Мистификация, начатая с шутки, зашла слишком далеко, — пришлось раскрыть. В редакции «Аполлона» настроение было, как перед грозой. И неожиданно для всех гроза разразилась над головой Гумилёва. Здесь, конечно, не место рассказывать о том, чего сам Гумилёв никогда не желал делать достоянием общества. Но я знаю и утверждаю, что обвинение, брошенное ему, — в произнесении им некоторых неосторожных слов — было ложно: слов этих он не произносил и произнести не мог. Однако из гордости и презрения он молчал, не отрицая обвинения, когда же была устроена очная ставка и он услышал на очной ставке ложь, то он из гордости и презрения подтвердил эту ложь. В Мариинском театре, наверху, в огромной, как площадь, мастерской Головина, в половине одиннадцатого, когда под колосниками, в черной пропасти сцены, раздавались звуки «Орфея», произошла тяжелая сцена в двух шагах от меня: поэт В., бросившись к Гумилёву, оскорбил его. К ним подбежали Анненский, Головин, В. Иванов. Но Гумилёв, прямой, весь напряженный, заложив руки за спину и стиснув их, уже овладел собою. Здесь же он вызвал В. на дуэль.
Весь следующий день между секундантами шли отчаянные переговоры. Гумилёв предъявил требование стреляться в пяти шагах до смерти одного из противников.

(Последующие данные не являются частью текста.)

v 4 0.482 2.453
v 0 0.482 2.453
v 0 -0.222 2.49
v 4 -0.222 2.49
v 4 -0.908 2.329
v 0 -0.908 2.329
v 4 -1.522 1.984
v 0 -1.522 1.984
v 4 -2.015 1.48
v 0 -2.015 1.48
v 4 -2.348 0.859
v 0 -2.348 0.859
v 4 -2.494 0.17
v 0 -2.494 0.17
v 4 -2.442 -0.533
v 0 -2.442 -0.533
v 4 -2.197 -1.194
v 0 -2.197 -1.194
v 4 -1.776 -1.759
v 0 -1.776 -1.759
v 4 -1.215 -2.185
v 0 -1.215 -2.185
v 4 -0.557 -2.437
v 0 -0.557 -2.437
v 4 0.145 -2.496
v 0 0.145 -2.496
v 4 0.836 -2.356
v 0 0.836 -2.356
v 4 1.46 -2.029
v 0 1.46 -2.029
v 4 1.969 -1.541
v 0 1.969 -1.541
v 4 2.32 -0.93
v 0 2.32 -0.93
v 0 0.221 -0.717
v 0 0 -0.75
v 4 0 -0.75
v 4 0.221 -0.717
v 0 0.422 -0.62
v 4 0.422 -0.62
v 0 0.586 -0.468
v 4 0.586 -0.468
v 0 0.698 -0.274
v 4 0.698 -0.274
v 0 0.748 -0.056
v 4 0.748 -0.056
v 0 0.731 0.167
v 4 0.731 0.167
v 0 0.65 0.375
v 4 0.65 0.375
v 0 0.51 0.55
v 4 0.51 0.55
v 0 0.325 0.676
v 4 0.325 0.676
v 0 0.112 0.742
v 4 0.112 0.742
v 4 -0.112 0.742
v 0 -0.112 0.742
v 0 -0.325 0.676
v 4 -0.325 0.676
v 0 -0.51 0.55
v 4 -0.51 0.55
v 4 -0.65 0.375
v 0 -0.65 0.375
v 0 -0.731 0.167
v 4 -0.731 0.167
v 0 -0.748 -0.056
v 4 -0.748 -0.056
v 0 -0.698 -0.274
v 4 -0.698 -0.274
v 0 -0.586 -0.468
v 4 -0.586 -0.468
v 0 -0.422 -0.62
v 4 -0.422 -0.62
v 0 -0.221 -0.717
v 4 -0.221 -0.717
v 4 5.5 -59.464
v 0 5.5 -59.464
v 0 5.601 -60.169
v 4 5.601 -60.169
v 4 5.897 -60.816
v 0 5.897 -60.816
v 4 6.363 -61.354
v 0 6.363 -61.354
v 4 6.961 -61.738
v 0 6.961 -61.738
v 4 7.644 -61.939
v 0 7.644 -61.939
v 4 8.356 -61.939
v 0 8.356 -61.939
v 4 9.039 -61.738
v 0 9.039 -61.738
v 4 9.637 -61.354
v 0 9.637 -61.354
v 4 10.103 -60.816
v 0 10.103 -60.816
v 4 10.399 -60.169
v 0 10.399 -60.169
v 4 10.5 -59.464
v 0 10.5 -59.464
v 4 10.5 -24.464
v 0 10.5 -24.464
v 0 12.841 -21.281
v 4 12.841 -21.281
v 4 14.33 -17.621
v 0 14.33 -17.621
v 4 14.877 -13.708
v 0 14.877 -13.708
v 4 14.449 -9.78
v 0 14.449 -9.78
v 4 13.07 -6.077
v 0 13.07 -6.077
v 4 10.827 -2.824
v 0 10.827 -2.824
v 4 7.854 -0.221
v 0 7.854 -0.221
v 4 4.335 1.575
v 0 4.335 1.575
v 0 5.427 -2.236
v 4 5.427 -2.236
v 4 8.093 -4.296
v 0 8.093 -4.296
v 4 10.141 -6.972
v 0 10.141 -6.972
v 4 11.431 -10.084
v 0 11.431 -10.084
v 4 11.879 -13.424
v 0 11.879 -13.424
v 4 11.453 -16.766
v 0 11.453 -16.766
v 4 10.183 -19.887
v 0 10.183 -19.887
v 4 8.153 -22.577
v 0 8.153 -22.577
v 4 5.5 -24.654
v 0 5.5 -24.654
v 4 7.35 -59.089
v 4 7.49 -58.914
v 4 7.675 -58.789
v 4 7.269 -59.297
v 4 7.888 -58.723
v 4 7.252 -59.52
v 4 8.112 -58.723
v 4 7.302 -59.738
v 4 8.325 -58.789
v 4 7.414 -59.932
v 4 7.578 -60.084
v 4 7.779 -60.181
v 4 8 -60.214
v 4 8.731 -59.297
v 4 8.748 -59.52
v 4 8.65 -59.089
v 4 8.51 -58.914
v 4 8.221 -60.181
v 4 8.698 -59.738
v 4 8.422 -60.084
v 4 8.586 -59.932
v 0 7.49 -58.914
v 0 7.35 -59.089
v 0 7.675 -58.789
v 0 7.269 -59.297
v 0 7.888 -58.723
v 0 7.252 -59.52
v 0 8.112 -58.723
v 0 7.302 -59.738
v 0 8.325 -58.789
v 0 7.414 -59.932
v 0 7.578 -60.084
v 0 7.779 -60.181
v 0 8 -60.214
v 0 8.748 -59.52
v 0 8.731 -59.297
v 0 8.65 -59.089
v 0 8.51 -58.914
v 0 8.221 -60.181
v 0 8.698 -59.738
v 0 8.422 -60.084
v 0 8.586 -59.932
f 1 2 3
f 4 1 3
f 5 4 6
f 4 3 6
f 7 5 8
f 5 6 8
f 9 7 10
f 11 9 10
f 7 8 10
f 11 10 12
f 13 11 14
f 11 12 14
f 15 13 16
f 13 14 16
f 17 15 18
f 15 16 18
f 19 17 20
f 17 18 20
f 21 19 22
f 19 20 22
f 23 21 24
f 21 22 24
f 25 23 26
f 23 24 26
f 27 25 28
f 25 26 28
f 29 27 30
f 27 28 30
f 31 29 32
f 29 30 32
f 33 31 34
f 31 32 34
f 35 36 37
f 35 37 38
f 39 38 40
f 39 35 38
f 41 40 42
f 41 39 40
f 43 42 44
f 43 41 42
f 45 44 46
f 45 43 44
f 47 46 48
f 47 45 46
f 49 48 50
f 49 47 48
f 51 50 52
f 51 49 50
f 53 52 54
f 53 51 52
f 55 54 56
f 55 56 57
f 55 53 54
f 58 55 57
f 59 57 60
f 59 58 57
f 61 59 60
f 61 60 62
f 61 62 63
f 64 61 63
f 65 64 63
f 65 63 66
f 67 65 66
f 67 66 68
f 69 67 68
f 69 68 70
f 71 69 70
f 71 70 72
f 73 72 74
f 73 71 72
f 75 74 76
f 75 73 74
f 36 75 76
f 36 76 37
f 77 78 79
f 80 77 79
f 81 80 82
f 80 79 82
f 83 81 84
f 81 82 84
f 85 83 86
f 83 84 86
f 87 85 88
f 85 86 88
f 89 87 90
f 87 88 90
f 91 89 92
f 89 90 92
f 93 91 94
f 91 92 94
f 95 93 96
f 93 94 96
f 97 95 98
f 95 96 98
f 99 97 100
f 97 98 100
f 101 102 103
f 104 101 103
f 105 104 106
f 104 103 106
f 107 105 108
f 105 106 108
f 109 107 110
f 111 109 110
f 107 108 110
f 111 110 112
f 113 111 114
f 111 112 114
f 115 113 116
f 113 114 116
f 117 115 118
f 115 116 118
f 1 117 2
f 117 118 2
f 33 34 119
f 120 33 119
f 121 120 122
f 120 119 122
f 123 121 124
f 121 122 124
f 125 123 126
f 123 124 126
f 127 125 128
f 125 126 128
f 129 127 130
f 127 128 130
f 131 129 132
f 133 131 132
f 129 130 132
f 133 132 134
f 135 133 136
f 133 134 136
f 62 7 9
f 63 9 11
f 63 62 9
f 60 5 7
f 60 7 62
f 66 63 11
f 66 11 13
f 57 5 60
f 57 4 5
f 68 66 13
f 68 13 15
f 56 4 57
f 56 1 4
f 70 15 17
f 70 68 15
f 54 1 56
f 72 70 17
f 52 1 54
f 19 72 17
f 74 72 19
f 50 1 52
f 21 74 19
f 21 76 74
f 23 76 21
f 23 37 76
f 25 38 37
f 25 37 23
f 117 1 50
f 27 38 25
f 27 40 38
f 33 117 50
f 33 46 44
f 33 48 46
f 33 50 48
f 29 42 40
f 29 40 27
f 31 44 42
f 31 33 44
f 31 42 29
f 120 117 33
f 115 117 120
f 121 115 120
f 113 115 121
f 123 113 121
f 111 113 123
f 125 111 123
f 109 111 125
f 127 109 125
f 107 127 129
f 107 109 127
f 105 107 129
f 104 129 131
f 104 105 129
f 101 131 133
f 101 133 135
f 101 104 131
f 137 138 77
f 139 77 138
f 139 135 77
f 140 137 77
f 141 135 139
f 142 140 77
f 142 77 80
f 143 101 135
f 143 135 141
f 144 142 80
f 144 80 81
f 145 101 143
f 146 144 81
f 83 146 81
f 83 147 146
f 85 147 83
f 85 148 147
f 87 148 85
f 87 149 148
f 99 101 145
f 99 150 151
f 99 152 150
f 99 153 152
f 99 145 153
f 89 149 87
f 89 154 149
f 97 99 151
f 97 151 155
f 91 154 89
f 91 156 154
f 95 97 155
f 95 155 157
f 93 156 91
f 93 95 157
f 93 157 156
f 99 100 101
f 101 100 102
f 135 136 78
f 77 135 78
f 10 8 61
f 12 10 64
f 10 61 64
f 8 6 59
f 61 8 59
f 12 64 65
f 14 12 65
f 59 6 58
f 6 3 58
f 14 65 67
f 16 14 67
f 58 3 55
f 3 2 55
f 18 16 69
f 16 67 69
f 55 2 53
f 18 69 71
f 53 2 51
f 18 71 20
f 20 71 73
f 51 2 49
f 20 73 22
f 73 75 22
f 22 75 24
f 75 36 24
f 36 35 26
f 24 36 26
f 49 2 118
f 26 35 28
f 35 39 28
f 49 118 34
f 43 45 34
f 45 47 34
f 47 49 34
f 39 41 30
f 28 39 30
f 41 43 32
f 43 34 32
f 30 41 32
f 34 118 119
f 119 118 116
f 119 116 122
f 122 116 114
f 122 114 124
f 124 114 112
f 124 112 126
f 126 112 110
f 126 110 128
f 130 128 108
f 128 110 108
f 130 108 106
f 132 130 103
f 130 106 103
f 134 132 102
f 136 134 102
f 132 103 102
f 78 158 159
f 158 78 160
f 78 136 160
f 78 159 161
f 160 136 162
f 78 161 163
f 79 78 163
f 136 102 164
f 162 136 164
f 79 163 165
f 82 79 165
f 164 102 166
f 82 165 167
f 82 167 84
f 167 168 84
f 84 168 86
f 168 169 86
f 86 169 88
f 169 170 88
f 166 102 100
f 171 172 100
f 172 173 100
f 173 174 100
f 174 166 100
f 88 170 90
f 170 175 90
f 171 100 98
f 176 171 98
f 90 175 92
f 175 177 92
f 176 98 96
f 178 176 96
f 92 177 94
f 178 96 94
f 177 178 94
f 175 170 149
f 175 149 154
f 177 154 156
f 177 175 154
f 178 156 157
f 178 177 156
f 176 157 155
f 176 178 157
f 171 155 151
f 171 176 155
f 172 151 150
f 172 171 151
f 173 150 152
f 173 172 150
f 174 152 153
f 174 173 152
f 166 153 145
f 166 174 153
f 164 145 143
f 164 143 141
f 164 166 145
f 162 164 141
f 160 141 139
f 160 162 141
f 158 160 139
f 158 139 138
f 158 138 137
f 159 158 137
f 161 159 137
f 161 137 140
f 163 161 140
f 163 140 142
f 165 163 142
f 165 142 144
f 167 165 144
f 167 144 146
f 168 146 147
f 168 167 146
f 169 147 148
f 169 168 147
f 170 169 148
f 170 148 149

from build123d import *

# Parameters (mm, degrees)
SKETCH1_R           = 0.75
BOSS_EXTRUDE1_DEPTH = 4


with BuildPart() as part:
    # Sketch1 → Boss-Extrude1 (new body)
    with BuildSketch(Plane(origin=(0, 0, 0), x_dir=(0, 0, -1), z_dir=(1, 0, 0))):
        with BuildLine():
            Line((59.464274989, 10.5), (24.464274989, 10.5))
            ThreePointArc((24.464274989, 10.5), (7.885689727, 13.874194792), (-2.453052661, 0.482216385))
            ThreePointArc((-2.453052661, 0.482216385), (1.193550555, -2.19668775), (0.930226833, 2.320490905))
            ThreePointArc((0.930226833, 2.320490905), (11.73957945, 11.763813024), (24.654031937, 5.5))
            Line((24.654031937, 5.5), (59.464274989, 5.5))
            ThreePointArc((59.464274989, 5.5), (61.964274989, 8), (59.464274989, 10.5))
        make_face()
        with Locations((59.464274989, 8)):
            Circle(SKETCH1_R, mode=Mode.SUBTRACT)
        Circle(SKETCH1_R, mode=Mode.SUBTRACT)
    extrude(amount=BOSS_EXTRUDE1_DEPTH)


solid = part.part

Он не шутил. Для него, конечно, изо всей этой путаницы, мистификации и лжи не было иного выхода, кроме смерти.
С большим трудом, под утро, секундантам В. — кн. Шервашидзе и мне — удалось уговорить секундантов Гумилёва — Зноско-Боровского и М. Кузмина — стреляться на пятнадцати шагах. Но надо было уломать Гумилёва. На это был потрачен еще день. Наконец, на рассвете третьего дня, наш автомобиль выехал за город по направлению к Новой Деревне. Дул мокрый морской ветер, и вдоль дороги свистели и мотались голые вербы. За городом мы нагнали автомобиль противников, застрявший в снегу. Мы позвали дворников с лопатами, и все, общими усилиями, выставили машину из сугроба. Гумилёв, спокойный и серьезный, заложив руки в карманы, следил за нашей работой, стоя в стороне.

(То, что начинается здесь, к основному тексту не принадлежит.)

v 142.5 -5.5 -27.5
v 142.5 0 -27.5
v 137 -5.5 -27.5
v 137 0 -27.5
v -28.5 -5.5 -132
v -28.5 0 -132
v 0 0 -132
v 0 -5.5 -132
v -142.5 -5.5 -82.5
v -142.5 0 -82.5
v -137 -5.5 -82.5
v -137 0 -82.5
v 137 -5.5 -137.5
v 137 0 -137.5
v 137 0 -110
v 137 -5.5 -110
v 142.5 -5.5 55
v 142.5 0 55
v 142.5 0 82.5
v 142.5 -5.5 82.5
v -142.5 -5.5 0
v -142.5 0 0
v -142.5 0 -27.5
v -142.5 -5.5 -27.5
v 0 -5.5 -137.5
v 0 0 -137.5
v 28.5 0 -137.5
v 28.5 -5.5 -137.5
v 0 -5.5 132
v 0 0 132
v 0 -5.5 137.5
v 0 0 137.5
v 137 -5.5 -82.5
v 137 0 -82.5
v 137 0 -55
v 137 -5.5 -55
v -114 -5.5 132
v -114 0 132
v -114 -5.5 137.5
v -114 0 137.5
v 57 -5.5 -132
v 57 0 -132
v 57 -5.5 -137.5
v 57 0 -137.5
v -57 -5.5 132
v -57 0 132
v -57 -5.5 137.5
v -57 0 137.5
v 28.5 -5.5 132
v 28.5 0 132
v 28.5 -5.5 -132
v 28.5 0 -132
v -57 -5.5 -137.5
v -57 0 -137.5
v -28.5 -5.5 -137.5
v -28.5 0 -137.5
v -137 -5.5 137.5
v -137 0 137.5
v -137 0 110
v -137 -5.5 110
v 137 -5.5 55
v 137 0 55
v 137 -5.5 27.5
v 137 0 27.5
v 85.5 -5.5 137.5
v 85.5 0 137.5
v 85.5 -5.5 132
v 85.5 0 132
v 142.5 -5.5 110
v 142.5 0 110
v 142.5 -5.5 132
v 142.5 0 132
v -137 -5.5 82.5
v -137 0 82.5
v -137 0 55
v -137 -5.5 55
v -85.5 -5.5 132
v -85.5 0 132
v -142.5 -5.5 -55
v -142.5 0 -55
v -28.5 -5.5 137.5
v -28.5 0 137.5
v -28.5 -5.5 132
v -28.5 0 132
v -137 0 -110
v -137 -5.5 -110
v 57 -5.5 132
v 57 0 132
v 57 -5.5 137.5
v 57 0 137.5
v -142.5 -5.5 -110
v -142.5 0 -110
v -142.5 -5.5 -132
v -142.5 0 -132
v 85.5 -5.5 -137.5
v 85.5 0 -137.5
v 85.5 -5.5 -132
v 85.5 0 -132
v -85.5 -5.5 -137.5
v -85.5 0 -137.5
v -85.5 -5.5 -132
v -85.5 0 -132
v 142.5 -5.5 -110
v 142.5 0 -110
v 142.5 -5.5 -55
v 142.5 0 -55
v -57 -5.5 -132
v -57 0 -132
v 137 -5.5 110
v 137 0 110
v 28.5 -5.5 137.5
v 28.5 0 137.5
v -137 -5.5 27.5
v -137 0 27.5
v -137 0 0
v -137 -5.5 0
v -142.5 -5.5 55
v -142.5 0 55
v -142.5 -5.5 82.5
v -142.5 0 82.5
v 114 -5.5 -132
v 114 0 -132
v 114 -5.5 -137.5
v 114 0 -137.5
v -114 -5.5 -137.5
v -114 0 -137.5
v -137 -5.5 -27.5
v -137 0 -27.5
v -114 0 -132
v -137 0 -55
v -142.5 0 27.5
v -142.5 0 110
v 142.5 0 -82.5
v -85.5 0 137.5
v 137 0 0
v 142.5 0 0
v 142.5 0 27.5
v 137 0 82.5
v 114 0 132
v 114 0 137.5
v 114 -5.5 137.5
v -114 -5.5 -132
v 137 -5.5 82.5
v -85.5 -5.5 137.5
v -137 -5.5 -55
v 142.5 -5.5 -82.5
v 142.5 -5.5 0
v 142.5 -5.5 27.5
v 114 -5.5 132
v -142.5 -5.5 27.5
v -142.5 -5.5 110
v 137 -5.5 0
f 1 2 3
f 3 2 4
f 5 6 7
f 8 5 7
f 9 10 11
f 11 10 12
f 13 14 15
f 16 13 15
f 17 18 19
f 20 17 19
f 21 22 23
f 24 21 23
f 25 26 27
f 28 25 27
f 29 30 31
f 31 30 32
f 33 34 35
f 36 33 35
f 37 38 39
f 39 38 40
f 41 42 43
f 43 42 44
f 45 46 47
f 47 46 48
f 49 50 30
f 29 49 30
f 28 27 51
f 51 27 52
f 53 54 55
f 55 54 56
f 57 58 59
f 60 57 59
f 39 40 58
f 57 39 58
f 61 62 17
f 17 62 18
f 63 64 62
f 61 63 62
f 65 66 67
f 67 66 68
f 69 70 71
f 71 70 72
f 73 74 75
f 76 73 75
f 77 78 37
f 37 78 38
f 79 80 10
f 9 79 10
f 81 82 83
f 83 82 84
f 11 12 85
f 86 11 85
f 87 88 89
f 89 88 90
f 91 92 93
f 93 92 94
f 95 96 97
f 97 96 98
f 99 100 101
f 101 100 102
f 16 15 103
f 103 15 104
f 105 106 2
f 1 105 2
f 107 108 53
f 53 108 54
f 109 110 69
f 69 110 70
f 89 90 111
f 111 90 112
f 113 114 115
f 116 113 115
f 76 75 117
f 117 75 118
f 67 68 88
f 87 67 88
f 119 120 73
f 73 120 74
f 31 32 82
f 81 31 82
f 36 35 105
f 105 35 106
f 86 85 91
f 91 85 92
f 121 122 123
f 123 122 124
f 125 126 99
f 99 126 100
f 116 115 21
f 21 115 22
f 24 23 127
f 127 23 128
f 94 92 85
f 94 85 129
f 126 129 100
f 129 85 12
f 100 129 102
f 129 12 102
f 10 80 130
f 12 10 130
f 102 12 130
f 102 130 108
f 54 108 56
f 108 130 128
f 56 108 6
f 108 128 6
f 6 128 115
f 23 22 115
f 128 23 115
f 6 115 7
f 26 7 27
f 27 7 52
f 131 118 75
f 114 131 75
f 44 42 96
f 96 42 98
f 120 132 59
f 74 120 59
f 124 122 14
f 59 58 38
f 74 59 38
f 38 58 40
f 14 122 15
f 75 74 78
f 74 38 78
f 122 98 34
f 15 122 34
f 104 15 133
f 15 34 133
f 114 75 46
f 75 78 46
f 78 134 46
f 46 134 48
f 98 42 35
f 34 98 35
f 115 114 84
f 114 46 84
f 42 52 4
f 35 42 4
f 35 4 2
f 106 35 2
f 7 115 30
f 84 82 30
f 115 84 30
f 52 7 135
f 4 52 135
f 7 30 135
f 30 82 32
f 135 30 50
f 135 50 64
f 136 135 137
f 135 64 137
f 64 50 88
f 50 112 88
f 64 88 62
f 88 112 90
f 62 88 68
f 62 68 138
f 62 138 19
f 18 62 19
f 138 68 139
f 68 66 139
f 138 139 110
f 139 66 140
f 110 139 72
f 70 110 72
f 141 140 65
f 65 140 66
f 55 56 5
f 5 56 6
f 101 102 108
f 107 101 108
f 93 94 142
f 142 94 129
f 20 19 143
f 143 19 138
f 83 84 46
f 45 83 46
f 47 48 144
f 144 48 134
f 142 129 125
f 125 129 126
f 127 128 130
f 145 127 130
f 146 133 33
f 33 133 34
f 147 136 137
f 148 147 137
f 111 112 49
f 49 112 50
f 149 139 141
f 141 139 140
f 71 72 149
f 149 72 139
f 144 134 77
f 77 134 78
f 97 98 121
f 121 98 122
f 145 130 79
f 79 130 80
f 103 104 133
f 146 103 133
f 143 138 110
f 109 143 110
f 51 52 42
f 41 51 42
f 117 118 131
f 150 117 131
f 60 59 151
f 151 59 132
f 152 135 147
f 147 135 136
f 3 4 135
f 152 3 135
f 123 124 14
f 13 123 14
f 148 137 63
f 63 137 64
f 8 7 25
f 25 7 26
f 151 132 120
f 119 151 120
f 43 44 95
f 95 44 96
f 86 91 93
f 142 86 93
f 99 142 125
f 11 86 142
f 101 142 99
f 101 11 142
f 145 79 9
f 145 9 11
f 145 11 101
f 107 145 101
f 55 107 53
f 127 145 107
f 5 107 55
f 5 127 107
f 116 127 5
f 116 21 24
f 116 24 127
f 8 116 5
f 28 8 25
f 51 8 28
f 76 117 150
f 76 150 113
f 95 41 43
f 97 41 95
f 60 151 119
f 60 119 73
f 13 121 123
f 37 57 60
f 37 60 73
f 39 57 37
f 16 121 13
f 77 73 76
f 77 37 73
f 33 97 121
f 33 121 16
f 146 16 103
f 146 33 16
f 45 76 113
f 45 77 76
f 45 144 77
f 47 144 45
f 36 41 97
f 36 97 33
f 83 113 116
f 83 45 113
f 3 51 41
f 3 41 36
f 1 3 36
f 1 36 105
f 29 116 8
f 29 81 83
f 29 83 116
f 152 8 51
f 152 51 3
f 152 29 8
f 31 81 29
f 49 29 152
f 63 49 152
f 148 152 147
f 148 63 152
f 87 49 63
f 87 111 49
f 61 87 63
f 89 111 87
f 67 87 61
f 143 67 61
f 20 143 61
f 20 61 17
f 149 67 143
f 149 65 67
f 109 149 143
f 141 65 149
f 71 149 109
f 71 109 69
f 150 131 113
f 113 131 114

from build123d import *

# Parameters (mm, degrees)
F1_DEPTH = 5.5


with BuildPart() as f1:
    # F0 (on Front) → F1 (new body)
    with BuildSketch(Plane.XZ):
        Polygon((-114, 137.5), (-137, 137.5), (-137, 110), (-142.5, 110), (-142.5, 82.5), (-137, 82.5), (-137, 55), (-142.5, 55), (-142.5, 27.5), (-137, 27.5), (-137, 0), (-142.5, 0), (-142.5, -27.5), (-137, -27.5), (-137, -55), (-142.5, -55), (-142.5, -82.5), (-137, -82.5), (-137, -110), (-142.5, -110), (-142.5, -132), (-114, -132), (-114, -137.5), (-85.5, -137.5), (-85.5, -132), (-57, -132), (-57, -137.5), (-28.5, -137.5), (-28.5, -132), (0, -132), (0, -137.5), (28.5, -137.5), (28.5, -132), (57, -132), (57, -137.5), (85.5, -137.5), (85.5, -132), (114, -132), (114, -137.5), (137, -137.5), (137, -110), (142.5, -110), (142.5, -82.5), (137, -82.5), (137, -55), (142.5, -55), (142.5, -27.5), (137, -27.5), (137, 0), (142.5, 0), (142.5, 27.5), (137, 27.5), (137, 55), (142.5, 55), (142.5, 82.5), (137, 82.5), (137, 110), (142.5, 110), (142.5, 132), (114, 132), (114, 137.5), (85.5, 137.5), (85.5, 132), (57, 132), (57, 137.5), (28.5, 137.5), (28.5, 132), (0, 132), (0, 137.5), (-28.5, 137.5), (-28.5, 132), (-57, 132), (-57, 137.5), (-85.5, 137.5), (-85.5, 132), (-114, 132), align=None)
    extrude(amount=F1_DEPTH)


solid = f1.part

Выехав за город, мы оставили на дороге автомобили и пошли на голое поле, где были свалки, занесенные снегом. Противники стояли поодаль, мы совещались, меня выбрали распорядителем дуэли. Когда я стал отсчитывать шаги, Гумилёв, внимательно следивший за мной, просил мне передать, что я шагаю слишком широко. Я снова отмерил пятнадцать шагов, просил противников встать на места и начал заряжать пистолеты. Пыжей не оказалось, я разорвал платок и забил его вместо пыжей, Гумилёву я понес пистолет первому. Он стоял на кочке, длинным, черным силуэтом различимый в мгле рассвета. На нем был цилиндр и сюртук, шубу он сбросил на снег. Подбегая к нему, я провалился по пояс в яму с талой водой. Он спокойно выжидал, когда я выберусь, взял пистолет, и тогда только я заметил, что он не отрываясь, с ледяной ненавистью глядит на В.. стоявшего расставив ноги, без шапки.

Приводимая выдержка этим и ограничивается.